So in terms of this main loop it is probably as good as it gets for
anything pre-Haswell, but I am wondering if we might be able to
improve upon this for Haswell and newer architectures that have more
read throughput since I think those parts would be serialized on the
carry flag instead of being limited to one read per cycle.

> +       dwords = len >> 2;
> +       if (dwords) { /* dwords is in [1..15] */
> +               unsigned long dest;
>
> -                       /* last up to 7 8byte blocks */
> -                       count %= 8;
> -                       while (count) {
> -                               asm("addq %1,%0\n\t"
> -                                   "adcq %2,%0\n"
> -                                           : "=r" (result)
> -                                   : "m" (*(unsigned long *)buff),
> -                                   "r" (zero),  "0" (result));
> -                               --count;
> -                               buff += 8;
> -                       }
> -                       result = add32_with_carry(result>>32,
> -                                                 result&0xffffffff);
> +               /*
> +                * This implements an optimized version of
> +                * switch (dwords) {
> +                * case 15: res = add_with_carry(res, buf32[14]); fallthrough;
> +                * case 14: res = add_with_carry(res, buf32[13]); fallthrough;
> +                * case 13: res = add_with_carry(res, buf32[12]); fallthrough;
> +                * ...
> +                * case 3: res = add_with_carry(res, buf32[2]); fallthrough;
> +                * case 2: res = add_with_carry(res, buf32[1]); fallthrough;
> +                * case 1: res = add_with_carry(res, buf32[0]); fallthrough;
> +                * }
> +                *
> +                * "adcl 8byteoff(%reg1),%reg2" are using either 3 or 4 bytes.
> +                */
> +               asm("   call 1f\n"
> +                   "1: pop %[dest]\n"
> +                   "   lea (2f-1b)(%[dest],%[skip],4),%[dest]\n"
> +                   "   clc\n"
> +                   "   jmp *%[dest]\n               .align 4\n"
> +                   "2:\n"
> +                   "   adcl 14*4(%[src]),%[res]\n   .align 4\n"
> +                   "   adcl 13*4(%[src]),%[res]\n   .align 4\n"
> +                   "   adcl 12*4(%[src]),%[res]\n   .align 4\n"
> +                   "   adcl 11*4(%[src]),%[res]\n   .align 4\n"
> +                   "   adcl 10*4(%[src]),%[res]\n   .align 4\n"
> +                   "   adcl 9*4(%[src]),%[res]\n   .align 4\n"
> +                   "   adcl 8*4(%[src]),%[res]\n   .align 4\n"
> +                   "   adcl 7*4(%[src]),%[res]\n   .align 4\n"
> +                   "   adcl 6*4(%[src]),%[res]\n   .align 4\n"
> +                   "   adcl 5*4(%[src]),%[res]\n   .align 4\n"
> +                   "   adcl 4*4(%[src]),%[res]\n   .align 4\n"
> +                   "   adcl 3*4(%[src]),%[res]\n   .align 4\n"
> +                   "   adcl 2*4(%[src]),%[res]\n   .align 4\n"
> +                   "   adcl 1*4(%[src]),%[res]\n   .align 4\n"
> +                   "   adcl 0*4(%[src]),%[res]\n"
> +                   "   adcl $0,%[res]"
> +                       : [res] "=r" (result), [dest] "=&r" (dest)
> +                       : [src] "r" (buff), "[res]" (result),
> +                         [skip] "r" (dwords ^ 15)
> +                       : "memory");
> +       }

I gave up on this after the whole specter/meltdown thing because it
was an indirect jump.

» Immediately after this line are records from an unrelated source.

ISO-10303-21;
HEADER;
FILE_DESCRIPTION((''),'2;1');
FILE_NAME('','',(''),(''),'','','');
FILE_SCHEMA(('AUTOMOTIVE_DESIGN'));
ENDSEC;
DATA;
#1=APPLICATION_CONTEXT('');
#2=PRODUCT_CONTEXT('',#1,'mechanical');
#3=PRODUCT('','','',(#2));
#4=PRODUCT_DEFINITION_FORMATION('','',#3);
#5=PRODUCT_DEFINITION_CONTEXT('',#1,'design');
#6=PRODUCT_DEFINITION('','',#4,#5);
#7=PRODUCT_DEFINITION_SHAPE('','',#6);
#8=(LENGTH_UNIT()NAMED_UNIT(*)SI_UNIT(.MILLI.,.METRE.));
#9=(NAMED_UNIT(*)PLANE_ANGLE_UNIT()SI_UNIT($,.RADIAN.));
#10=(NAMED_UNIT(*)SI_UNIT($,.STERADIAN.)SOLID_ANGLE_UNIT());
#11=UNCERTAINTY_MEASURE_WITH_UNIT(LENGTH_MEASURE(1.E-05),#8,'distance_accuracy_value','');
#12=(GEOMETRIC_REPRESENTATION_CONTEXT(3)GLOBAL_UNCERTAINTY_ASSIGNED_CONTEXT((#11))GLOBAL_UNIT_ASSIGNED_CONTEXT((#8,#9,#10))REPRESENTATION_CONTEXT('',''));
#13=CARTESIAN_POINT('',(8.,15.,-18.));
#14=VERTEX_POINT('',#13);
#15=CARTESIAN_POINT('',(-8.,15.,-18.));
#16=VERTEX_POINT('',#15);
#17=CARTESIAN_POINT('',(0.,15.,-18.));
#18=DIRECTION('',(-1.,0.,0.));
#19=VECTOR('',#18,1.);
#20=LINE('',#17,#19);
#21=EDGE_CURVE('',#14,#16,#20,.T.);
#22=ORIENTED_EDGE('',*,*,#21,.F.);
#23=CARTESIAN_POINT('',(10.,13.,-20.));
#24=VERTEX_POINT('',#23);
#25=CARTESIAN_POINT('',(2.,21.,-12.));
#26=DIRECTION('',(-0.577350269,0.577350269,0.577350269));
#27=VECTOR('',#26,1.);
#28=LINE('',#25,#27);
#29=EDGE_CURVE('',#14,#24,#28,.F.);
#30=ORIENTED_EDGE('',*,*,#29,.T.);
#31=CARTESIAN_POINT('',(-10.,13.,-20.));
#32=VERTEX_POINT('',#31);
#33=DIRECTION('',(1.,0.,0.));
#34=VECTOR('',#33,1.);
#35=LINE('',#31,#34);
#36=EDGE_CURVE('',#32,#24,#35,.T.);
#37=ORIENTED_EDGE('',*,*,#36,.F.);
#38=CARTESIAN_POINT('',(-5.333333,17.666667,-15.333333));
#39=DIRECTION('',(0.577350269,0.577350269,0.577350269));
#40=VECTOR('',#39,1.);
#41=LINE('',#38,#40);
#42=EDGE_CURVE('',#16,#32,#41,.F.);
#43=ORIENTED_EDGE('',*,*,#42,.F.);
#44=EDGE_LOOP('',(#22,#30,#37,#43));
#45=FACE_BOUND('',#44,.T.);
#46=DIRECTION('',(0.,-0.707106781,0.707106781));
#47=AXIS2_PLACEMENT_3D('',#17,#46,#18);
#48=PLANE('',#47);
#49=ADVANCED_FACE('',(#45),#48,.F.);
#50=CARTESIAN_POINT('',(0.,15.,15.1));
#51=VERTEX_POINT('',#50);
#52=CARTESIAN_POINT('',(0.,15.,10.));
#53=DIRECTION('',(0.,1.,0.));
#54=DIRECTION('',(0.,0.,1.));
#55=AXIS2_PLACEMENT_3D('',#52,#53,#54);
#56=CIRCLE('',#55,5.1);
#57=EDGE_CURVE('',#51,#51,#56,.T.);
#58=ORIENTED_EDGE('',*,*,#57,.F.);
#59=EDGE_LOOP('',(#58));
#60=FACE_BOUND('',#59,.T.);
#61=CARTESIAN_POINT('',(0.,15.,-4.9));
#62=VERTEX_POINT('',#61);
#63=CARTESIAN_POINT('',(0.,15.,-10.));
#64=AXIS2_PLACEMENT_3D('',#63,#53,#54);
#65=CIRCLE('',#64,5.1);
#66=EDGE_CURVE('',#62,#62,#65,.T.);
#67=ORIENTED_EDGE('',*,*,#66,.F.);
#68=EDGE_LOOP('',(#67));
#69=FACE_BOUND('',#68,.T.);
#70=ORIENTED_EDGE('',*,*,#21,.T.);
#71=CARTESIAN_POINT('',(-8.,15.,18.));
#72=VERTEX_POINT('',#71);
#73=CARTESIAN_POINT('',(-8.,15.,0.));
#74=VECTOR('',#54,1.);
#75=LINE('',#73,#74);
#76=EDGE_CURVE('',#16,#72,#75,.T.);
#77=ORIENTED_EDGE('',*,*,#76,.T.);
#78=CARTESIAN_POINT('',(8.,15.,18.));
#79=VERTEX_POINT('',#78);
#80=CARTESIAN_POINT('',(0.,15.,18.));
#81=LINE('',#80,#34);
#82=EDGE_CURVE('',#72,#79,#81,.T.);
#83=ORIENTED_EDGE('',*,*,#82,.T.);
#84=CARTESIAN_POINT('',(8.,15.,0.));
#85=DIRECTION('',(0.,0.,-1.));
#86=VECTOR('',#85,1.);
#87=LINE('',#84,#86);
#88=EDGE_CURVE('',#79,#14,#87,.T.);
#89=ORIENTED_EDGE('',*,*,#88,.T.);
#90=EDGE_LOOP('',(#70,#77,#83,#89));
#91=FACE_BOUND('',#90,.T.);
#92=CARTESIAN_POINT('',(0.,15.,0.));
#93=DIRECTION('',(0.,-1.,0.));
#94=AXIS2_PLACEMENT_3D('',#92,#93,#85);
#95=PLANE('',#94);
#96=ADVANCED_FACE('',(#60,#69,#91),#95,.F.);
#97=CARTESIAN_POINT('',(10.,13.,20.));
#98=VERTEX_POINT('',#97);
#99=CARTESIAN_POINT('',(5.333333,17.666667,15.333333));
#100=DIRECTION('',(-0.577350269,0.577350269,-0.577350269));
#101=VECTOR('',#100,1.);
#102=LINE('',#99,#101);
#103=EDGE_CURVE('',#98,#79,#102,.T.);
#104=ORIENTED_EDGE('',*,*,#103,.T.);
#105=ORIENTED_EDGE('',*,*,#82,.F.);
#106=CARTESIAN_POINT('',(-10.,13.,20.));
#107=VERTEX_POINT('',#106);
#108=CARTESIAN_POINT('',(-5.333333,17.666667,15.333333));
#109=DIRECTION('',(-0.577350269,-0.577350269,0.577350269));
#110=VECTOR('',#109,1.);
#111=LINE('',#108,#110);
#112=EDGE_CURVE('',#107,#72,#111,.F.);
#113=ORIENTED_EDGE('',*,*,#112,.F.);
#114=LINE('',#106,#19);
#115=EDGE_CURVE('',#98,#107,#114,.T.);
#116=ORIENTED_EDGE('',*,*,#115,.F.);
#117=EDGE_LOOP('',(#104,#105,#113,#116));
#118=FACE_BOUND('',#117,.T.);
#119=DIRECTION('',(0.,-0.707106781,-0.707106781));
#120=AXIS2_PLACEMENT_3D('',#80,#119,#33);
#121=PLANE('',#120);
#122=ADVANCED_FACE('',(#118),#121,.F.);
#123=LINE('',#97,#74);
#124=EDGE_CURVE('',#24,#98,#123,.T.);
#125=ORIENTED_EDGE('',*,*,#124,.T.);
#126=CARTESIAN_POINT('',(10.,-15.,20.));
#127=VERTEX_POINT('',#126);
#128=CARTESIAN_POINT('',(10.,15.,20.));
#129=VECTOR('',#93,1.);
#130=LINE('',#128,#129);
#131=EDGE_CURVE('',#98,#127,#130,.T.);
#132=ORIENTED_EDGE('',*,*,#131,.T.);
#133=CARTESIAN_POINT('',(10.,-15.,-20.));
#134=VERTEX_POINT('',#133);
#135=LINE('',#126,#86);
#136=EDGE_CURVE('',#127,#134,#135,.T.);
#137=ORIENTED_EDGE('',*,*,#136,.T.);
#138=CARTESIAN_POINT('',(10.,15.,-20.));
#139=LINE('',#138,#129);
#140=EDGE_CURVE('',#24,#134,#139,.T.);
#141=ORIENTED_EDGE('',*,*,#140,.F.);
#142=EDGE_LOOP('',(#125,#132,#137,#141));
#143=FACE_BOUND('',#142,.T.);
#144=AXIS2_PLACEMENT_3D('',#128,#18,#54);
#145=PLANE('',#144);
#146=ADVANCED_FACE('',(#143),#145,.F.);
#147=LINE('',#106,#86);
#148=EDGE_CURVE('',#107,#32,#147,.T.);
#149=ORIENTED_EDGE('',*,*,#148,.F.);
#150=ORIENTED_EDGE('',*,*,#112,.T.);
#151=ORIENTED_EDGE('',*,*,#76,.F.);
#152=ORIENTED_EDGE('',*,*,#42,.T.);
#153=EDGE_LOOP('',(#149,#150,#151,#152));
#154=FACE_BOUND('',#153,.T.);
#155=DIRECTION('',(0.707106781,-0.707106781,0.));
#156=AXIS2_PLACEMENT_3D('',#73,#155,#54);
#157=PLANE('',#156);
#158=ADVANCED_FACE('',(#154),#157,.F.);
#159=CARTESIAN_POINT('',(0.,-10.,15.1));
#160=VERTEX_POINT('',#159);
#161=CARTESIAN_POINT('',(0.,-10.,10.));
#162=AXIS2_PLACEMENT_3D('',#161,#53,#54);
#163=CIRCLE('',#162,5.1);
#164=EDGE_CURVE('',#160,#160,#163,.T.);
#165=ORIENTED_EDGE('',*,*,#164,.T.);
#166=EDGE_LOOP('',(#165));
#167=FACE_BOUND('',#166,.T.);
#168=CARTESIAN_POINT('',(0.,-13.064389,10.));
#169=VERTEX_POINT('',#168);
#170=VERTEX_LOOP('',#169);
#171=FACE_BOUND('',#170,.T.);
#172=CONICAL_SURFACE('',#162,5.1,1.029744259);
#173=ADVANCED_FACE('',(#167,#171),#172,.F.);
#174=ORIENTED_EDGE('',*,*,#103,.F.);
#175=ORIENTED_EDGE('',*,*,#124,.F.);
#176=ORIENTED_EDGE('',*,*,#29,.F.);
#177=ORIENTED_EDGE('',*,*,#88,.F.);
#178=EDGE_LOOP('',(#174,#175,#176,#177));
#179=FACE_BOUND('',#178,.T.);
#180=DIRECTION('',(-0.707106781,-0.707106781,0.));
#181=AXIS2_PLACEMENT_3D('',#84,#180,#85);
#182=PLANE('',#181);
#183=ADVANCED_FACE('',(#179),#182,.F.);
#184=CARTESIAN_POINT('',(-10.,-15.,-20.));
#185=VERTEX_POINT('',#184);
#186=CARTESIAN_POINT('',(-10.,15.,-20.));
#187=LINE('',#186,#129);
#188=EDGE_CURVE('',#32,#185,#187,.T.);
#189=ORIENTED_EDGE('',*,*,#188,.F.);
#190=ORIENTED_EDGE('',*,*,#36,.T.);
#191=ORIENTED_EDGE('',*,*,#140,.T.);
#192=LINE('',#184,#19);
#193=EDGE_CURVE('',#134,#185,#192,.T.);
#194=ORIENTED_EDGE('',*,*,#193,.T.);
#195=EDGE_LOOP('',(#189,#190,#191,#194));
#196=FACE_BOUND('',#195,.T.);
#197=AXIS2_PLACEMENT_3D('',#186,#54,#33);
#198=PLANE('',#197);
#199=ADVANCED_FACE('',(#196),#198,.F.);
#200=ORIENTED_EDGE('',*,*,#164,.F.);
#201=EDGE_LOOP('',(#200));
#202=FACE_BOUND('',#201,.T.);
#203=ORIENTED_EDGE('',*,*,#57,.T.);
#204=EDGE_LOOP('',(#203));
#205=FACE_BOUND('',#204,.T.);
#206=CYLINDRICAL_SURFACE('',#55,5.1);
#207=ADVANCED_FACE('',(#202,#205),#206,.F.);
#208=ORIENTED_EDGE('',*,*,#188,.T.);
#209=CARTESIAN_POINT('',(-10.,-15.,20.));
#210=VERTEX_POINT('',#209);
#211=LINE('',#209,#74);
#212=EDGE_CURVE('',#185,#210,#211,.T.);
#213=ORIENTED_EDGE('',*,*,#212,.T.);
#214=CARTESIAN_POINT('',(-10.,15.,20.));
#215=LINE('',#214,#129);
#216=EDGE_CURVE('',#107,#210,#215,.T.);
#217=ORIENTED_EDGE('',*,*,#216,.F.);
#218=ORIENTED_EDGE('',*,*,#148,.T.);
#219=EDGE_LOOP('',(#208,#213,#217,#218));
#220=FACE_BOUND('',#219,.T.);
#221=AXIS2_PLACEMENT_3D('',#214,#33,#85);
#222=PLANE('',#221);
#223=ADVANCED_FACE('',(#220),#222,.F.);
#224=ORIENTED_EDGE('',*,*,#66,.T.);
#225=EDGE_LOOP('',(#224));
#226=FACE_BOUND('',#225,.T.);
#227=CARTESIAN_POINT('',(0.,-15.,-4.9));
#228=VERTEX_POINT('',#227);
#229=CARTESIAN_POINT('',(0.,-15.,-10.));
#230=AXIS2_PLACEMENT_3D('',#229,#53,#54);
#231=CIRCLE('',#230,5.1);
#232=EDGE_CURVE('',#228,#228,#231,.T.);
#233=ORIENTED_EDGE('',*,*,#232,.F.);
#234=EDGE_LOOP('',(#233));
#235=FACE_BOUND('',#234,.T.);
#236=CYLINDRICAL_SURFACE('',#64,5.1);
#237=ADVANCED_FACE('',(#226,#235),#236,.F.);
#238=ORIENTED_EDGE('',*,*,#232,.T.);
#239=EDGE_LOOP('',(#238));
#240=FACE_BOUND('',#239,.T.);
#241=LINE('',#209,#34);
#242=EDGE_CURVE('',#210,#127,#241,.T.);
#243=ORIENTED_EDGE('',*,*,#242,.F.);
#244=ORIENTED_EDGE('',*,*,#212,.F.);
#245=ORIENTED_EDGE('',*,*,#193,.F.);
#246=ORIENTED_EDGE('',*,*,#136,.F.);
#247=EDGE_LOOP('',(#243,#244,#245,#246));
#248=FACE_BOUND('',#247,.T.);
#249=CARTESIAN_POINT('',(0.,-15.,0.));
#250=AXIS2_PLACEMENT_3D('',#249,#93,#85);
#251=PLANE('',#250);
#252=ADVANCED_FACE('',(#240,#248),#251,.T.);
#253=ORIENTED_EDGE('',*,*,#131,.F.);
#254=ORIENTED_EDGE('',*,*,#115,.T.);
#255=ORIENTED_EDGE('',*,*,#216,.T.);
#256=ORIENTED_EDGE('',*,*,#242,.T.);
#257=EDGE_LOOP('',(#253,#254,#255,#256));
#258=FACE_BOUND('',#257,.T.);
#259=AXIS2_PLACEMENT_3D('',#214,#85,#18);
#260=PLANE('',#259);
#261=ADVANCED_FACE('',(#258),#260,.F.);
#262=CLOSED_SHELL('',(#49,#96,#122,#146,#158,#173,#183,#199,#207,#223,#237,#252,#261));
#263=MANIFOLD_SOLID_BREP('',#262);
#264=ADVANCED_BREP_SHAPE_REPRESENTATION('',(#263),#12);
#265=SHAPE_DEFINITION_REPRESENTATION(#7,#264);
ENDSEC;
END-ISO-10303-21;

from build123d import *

# Parameters (mm, degrees)
ESBO_O1_W                  = 20
ESBO_O1_H                  = 40
RESSALTO_EXTRUS_O1_DEPTH   = 15
FURO_ROSCADO_DE_M121_D     = 10.2
FURO_ROSCADO_DE_M122_D     = 10.2
FURO_ROSCADO_DE_M122_DEPTH = 25
FURO_ROSCADO_DE_M122_TIP   = 3.064389157
CHANFRO2_SIZE              = 2


with BuildPart() as part:
    # Esboço1 → Ressalto-extrusão1 (new, symmetric)
    with BuildSketch(Plane(origin=(0, 0, 0), x_dir=(1, 0, 0), z_dir=(0, 1, 0))):
        Rectangle(ESBO_O1_W, ESBO_O1_H)
    extrude(amount=RESSALTO_EXTRUS_O1_DEPTH, both=True)

    # Furo roscado de M121 (through all)
    with Locations(Plane(origin=(0, 15, 0), x_dir=(1, 0, 0), z_dir=(0, 1, 0))):
        with Locations((0, 10)):
            Hole(FURO_ROSCADO_DE_M121_D / 2)

    # Furo roscado de M122
    with Locations(Plane(origin=(0, 15, 0), x_dir=(1, 0, 0), z_dir=(0, 1, 0))):
        with Locations((0, -10)):
            Hole(FURO_ROSCADO_DE_M122_D / 2, depth=FURO_ROSCADO_DE_M122_DEPTH)
            with Locations((0, 0, -(FURO_ROSCADO_DE_M122_DEPTH + FURO_ROSCADO_DE_M122_TIP / 2))):  # 118° drill point
                Cone(0, FURO_ROSCADO_DE_M122_D / 2, FURO_ROSCADO_DE_M122_TIP, mode=Mode.SUBTRACT)

    # Chanfro2
    chanfro2_edges = [part.edges().sort_by_distance(p)[0] for p in [
        (-10, 15, 0),
        (0, 15, 20),
        (10, 15, 0),
        (0, 15, -20),
    ]]
    chamfer(chanfro2_edges, length=CHANFRO2_SIZE)


solid = part.part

Packing it down to a tight loop processing
single QWORDs may be in our favor as it can just replay the decoded
instructions for as many times as we need to.

>
> -                       if (len & 4) {
> -                               result += *(unsigned int *) buff;
> -                               buff += 4;
> -                       }
> -               }
> +       if (len & 3U) {
> +               buff += len & ~3U;
> +               result = from32to16(result);
>                 if (len & 2) {
>                         result += *(unsigned short *) buff;
>                         buff += 2;
>                 }
> +               if (len & 1)
> +                       result += *buff;
>         }
> -       if (len & 1)
> -               result += *buff;

This is another spot where I wonder if we can't get away with a single
8B read and then just mask the value based on the length remaining. I
would think it would save us a fair bit of time and a number of
cycles.

> -       result = add32_with_carry(result>>32, result & 0xffffffff);
>         if (unlikely(odd)) {
>                 result = from32to16(result);
>                 result = ((result >> 8) & 0xff) | ((result & 0xff) << 8);

Rather than doing the fold and rotate if odd would it maybe make sense
for us just to do a single 64b rotate based on the offset of the
original value. We could do that before the result is folded to a 32b
value and it would likely only cost us one cycle instead of the
several that are being spent here doing the test for zero, fold, and
rotate.